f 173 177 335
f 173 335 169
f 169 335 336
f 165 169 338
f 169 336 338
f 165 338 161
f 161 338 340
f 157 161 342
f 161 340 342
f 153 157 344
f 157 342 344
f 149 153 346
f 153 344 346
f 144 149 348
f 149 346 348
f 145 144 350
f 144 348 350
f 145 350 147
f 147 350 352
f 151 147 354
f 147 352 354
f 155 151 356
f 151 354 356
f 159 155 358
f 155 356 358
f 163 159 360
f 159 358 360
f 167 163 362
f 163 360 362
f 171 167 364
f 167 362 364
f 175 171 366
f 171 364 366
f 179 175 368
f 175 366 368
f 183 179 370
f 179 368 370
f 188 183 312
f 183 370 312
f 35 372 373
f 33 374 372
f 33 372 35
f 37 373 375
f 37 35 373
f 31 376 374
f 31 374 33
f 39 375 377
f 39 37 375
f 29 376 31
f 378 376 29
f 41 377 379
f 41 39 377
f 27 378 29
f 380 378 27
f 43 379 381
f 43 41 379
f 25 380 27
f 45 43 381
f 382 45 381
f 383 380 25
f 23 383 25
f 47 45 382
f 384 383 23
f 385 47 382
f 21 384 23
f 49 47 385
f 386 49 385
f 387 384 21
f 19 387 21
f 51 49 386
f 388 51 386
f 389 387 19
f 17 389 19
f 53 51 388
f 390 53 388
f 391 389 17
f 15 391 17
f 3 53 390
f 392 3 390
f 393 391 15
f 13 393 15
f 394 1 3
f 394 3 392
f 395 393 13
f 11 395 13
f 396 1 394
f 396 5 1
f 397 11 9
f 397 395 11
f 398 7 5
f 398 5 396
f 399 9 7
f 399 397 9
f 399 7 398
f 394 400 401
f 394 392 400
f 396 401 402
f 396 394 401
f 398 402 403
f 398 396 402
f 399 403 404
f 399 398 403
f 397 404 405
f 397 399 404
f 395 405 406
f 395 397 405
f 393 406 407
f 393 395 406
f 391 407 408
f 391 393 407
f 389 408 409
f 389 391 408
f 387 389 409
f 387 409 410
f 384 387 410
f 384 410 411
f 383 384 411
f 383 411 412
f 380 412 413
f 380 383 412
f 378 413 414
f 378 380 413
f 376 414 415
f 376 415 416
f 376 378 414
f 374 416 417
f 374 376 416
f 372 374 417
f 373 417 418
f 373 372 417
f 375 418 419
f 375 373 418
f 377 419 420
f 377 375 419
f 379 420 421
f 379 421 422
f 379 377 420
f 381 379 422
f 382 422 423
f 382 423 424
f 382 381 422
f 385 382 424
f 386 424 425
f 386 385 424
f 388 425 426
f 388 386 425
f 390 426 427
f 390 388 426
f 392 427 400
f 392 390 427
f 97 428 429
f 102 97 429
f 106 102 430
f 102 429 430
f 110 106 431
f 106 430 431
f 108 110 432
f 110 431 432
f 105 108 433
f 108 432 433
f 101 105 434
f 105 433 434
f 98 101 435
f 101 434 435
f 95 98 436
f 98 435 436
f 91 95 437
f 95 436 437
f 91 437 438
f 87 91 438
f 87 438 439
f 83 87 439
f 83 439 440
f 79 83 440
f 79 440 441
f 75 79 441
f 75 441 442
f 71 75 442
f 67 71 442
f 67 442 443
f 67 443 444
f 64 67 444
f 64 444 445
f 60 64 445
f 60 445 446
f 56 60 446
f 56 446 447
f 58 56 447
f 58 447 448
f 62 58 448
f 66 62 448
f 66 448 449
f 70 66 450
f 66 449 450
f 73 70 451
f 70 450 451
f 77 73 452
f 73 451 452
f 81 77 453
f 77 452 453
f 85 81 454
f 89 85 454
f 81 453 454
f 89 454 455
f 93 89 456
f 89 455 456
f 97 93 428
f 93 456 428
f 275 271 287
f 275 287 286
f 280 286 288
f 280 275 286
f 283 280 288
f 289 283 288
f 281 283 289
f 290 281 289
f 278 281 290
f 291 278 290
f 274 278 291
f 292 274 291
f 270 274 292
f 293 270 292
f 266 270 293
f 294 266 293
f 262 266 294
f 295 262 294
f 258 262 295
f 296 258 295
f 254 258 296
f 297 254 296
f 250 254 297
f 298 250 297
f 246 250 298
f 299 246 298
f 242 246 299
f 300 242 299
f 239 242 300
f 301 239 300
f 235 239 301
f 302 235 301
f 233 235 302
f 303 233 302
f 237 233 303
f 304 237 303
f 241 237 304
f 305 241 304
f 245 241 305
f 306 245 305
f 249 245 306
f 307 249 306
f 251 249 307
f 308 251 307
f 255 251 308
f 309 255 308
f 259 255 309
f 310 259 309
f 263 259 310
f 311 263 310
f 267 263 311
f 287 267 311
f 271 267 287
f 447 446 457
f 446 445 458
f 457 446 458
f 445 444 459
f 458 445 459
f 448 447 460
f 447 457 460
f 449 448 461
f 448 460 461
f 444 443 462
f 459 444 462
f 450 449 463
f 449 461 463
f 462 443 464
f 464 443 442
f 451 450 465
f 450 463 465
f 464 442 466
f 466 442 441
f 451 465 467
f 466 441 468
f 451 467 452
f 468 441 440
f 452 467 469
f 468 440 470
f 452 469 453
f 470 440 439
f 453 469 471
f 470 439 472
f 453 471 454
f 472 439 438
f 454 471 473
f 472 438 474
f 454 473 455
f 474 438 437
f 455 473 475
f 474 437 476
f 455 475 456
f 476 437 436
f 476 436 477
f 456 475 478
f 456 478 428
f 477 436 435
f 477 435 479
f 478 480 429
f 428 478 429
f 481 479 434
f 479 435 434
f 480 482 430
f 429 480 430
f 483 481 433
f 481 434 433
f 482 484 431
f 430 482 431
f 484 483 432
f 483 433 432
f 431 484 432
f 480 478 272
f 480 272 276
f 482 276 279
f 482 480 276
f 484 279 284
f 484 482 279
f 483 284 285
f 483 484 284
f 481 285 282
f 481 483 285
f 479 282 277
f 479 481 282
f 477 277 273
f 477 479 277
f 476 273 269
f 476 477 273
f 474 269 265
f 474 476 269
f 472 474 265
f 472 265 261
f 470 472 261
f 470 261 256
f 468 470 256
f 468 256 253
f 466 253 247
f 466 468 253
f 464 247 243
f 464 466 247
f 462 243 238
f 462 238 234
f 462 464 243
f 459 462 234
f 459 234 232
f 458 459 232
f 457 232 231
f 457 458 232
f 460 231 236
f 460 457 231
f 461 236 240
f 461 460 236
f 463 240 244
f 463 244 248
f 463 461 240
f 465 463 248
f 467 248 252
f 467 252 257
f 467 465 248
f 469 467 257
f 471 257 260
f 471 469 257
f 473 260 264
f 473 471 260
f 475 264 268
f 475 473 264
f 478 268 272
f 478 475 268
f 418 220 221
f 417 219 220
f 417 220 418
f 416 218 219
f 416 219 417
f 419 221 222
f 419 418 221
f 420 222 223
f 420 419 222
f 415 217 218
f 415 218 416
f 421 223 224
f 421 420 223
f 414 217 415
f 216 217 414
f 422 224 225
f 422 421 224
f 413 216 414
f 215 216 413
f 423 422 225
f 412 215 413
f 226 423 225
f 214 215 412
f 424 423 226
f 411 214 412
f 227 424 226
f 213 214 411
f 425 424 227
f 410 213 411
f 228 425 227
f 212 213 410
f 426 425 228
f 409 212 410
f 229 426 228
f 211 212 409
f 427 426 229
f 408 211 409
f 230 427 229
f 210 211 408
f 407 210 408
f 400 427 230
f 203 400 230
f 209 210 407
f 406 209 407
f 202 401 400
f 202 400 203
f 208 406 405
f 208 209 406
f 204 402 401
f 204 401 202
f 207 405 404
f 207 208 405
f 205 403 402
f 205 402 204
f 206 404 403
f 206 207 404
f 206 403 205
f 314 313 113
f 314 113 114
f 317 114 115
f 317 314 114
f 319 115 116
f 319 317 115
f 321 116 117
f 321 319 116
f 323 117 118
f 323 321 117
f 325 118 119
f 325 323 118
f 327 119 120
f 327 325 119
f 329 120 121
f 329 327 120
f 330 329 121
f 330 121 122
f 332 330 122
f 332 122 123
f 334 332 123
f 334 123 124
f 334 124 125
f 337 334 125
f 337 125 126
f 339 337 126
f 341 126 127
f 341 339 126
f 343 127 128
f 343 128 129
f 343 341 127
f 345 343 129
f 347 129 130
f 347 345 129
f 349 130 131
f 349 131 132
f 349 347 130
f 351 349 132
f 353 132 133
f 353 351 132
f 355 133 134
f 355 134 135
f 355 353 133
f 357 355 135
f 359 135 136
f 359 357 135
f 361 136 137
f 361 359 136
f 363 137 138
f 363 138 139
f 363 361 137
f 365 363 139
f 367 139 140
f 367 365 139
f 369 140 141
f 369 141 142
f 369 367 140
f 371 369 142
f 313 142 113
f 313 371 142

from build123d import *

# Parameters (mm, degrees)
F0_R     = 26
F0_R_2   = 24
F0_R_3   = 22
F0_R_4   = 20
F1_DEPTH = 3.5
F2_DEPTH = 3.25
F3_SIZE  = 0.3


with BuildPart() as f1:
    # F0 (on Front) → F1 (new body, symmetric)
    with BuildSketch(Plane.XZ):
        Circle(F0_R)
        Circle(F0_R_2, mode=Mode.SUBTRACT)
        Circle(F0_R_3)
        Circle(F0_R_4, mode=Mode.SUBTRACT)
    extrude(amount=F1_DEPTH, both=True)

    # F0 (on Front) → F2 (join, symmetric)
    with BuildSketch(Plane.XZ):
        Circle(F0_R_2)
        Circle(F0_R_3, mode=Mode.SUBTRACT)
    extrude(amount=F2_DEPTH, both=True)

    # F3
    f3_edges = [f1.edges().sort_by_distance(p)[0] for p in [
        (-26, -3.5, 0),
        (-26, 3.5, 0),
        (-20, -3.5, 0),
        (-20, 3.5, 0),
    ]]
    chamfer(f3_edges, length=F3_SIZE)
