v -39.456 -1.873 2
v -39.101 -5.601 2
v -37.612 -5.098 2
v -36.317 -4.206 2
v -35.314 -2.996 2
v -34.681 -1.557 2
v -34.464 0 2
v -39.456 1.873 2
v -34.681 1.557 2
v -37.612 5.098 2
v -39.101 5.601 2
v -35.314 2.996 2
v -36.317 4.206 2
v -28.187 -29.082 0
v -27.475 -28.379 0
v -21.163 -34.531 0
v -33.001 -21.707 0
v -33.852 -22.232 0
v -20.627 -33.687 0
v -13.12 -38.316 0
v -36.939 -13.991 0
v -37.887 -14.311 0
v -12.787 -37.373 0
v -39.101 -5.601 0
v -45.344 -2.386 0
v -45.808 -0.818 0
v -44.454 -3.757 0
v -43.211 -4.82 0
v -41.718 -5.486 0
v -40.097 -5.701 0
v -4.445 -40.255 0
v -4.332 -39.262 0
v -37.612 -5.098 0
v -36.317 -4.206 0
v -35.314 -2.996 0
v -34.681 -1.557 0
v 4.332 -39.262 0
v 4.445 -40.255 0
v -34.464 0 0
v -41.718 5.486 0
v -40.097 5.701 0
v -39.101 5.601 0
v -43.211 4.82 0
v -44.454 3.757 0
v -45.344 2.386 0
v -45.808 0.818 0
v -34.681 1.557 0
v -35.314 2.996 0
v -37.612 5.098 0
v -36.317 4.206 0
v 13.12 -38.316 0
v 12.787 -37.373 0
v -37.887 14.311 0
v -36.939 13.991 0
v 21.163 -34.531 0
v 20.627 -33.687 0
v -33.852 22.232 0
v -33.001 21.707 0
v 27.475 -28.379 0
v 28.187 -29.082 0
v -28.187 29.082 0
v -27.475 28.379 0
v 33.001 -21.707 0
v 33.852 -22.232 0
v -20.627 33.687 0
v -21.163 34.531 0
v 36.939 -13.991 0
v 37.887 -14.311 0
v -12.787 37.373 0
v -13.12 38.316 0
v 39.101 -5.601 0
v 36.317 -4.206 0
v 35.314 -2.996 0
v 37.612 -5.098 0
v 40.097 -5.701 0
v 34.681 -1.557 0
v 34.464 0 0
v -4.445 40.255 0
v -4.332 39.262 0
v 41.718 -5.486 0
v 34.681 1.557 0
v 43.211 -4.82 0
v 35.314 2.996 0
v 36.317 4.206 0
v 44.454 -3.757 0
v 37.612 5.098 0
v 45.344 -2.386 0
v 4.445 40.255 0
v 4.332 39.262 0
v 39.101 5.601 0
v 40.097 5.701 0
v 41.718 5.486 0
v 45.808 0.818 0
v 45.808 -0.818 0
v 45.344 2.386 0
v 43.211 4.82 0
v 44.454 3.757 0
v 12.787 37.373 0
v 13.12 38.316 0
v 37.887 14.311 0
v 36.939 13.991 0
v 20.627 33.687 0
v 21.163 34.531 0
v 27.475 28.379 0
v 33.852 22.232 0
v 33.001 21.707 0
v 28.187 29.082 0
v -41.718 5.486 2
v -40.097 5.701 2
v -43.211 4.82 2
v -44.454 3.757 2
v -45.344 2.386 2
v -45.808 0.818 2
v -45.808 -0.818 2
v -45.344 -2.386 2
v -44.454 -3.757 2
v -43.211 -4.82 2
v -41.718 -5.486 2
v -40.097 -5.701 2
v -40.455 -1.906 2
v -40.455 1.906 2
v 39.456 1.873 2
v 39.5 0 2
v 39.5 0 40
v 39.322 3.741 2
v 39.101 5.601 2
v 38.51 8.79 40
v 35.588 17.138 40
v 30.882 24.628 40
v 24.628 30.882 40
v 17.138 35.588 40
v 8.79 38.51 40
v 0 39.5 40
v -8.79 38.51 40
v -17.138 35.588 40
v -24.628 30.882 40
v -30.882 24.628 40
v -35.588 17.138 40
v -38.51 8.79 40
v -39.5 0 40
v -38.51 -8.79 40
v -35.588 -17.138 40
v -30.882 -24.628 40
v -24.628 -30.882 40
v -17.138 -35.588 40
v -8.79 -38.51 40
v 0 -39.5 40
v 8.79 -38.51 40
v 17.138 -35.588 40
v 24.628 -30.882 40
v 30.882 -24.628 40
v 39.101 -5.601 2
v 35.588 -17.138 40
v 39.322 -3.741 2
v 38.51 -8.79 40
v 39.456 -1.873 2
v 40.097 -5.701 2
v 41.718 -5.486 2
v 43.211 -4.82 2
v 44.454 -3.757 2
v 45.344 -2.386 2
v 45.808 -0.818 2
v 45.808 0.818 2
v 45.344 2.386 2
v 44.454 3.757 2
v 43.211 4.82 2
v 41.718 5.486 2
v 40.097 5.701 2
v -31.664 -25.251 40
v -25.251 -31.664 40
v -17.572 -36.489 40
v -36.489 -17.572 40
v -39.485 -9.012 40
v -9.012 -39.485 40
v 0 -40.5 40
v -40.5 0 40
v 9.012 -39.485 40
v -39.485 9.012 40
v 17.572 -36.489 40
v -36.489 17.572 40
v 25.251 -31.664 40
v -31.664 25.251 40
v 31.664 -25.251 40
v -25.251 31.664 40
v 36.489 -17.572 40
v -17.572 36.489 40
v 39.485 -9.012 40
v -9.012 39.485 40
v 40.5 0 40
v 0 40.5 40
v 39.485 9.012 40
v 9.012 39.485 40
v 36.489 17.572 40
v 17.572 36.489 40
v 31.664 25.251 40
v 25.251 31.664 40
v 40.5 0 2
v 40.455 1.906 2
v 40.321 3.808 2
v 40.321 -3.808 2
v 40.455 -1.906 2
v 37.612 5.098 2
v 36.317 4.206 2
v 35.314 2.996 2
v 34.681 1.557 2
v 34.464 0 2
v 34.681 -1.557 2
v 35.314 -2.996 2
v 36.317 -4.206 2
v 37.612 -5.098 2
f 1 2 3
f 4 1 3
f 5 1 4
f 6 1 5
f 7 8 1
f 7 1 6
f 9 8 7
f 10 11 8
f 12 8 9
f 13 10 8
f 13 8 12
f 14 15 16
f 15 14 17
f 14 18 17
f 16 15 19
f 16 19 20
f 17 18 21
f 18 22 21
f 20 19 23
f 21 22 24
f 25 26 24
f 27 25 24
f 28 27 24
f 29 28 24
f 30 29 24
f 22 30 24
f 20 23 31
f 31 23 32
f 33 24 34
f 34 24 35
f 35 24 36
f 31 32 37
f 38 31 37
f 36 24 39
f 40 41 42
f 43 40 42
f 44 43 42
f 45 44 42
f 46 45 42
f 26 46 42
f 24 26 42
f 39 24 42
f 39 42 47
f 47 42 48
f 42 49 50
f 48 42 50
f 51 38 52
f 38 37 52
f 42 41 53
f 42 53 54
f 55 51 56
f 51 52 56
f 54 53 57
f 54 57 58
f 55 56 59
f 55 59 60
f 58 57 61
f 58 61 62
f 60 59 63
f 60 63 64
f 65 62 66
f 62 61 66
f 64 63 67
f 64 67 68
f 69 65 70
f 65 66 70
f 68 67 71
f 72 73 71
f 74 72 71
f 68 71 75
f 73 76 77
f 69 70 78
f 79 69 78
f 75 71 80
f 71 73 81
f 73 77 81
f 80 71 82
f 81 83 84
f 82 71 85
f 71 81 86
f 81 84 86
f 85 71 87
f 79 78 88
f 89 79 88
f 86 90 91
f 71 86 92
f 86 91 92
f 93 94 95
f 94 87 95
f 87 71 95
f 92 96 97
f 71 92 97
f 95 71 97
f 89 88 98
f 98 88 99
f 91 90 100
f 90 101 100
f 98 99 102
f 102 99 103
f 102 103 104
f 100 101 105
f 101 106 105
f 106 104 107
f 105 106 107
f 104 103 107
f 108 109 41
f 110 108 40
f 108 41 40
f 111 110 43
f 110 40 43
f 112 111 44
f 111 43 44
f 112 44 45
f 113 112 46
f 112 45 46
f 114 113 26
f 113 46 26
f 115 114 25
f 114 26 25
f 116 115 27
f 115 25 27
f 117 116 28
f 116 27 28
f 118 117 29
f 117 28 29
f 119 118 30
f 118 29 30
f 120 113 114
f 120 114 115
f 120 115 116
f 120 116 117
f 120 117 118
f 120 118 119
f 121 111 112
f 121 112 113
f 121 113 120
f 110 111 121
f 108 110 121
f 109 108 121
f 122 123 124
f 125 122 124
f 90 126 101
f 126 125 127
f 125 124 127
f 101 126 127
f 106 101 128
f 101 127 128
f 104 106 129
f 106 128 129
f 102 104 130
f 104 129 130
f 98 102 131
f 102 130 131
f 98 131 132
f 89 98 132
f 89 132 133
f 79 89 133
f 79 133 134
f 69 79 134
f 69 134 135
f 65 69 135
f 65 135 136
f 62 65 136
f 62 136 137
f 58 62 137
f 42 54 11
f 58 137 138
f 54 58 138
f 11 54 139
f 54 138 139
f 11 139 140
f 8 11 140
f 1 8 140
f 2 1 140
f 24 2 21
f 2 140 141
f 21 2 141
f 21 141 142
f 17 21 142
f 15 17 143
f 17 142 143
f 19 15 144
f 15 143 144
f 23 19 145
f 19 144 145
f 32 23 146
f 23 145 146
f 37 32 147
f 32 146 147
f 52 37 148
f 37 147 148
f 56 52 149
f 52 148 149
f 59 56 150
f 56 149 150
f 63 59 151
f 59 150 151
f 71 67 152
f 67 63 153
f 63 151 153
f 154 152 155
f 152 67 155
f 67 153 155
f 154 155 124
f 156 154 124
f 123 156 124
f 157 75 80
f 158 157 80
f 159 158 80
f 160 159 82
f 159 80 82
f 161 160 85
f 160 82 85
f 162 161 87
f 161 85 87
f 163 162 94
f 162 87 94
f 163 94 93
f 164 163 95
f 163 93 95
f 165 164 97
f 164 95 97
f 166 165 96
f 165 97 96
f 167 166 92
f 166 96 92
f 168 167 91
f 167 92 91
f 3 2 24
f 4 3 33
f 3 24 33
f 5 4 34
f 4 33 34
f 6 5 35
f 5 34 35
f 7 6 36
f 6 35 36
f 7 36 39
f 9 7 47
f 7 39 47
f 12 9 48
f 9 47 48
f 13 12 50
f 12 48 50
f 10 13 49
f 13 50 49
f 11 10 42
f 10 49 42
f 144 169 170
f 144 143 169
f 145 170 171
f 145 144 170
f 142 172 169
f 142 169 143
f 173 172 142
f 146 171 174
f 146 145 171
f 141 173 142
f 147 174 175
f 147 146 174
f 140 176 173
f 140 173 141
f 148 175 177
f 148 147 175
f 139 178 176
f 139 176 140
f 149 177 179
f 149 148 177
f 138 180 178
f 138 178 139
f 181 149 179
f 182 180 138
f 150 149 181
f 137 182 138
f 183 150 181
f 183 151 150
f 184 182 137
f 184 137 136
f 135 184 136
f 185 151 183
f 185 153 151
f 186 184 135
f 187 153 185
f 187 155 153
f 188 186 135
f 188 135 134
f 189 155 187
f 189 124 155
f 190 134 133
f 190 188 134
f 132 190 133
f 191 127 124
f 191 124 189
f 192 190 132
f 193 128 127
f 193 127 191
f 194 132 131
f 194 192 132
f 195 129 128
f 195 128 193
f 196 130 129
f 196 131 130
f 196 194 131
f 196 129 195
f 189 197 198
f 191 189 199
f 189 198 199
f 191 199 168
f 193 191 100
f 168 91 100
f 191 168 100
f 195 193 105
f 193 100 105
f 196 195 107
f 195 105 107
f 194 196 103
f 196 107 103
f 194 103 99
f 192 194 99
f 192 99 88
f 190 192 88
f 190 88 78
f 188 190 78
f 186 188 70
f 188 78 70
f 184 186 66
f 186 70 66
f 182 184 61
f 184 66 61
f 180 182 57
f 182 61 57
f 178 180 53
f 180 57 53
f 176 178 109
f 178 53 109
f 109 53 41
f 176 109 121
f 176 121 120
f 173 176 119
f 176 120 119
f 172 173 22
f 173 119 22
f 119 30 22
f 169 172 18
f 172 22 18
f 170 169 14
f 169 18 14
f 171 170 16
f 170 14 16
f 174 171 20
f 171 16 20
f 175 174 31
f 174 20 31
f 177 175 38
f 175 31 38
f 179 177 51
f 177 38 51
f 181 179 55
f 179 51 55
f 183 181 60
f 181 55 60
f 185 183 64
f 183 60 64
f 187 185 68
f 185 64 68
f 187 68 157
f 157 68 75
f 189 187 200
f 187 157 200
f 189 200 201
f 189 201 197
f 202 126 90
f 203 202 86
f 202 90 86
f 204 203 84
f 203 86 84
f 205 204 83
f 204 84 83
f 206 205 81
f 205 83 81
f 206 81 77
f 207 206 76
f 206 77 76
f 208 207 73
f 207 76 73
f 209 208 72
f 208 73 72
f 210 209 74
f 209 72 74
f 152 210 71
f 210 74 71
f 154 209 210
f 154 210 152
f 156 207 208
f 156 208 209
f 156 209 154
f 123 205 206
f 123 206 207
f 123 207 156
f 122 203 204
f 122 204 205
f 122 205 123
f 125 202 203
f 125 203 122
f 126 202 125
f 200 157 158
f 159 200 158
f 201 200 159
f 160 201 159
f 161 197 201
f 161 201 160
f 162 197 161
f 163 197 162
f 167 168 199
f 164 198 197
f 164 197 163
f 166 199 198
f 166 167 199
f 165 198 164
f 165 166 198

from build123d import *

# Parameters (mm, degrees)
F0_R     = 40.5
F1_DEPTH = 40
F2_R     = 39.5
F3_DEPTH = 42
F4_R     = 5.70155
F5_DEPTH = 2


with BuildPart() as f1:
    # F0 (on Top) → F1 (new body)
    with BuildSketch(Plane.XY):
        Circle(F0_R)
    extrude(amount=F1_DEPTH)

    # F2 (on face) → F3 (cut)
    with BuildSketch(Plane.XY.offset(40)):
        Circle(F2_R)
    extrude(amount=-F3_DEPTH, mode=Mode.SUBTRACT)

    # F4 (on Top) → F5 (join)
    with BuildSketch(Plane.XY):
        with Locations((-40.165663, 0)):
            Circle(F4_R)
        with Locations((40.165663, 0)):
            Circle(F4_R)
    extrude(amount=F5_DEPTH)


solid = f1.part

**Task to carry out**
Using the listing above, report each line that mentions the word "both".

**Your solution**
    extrude(amount=F1_DEPTH, both=True)
    extrude(amount=F2_DEPTH, both=True)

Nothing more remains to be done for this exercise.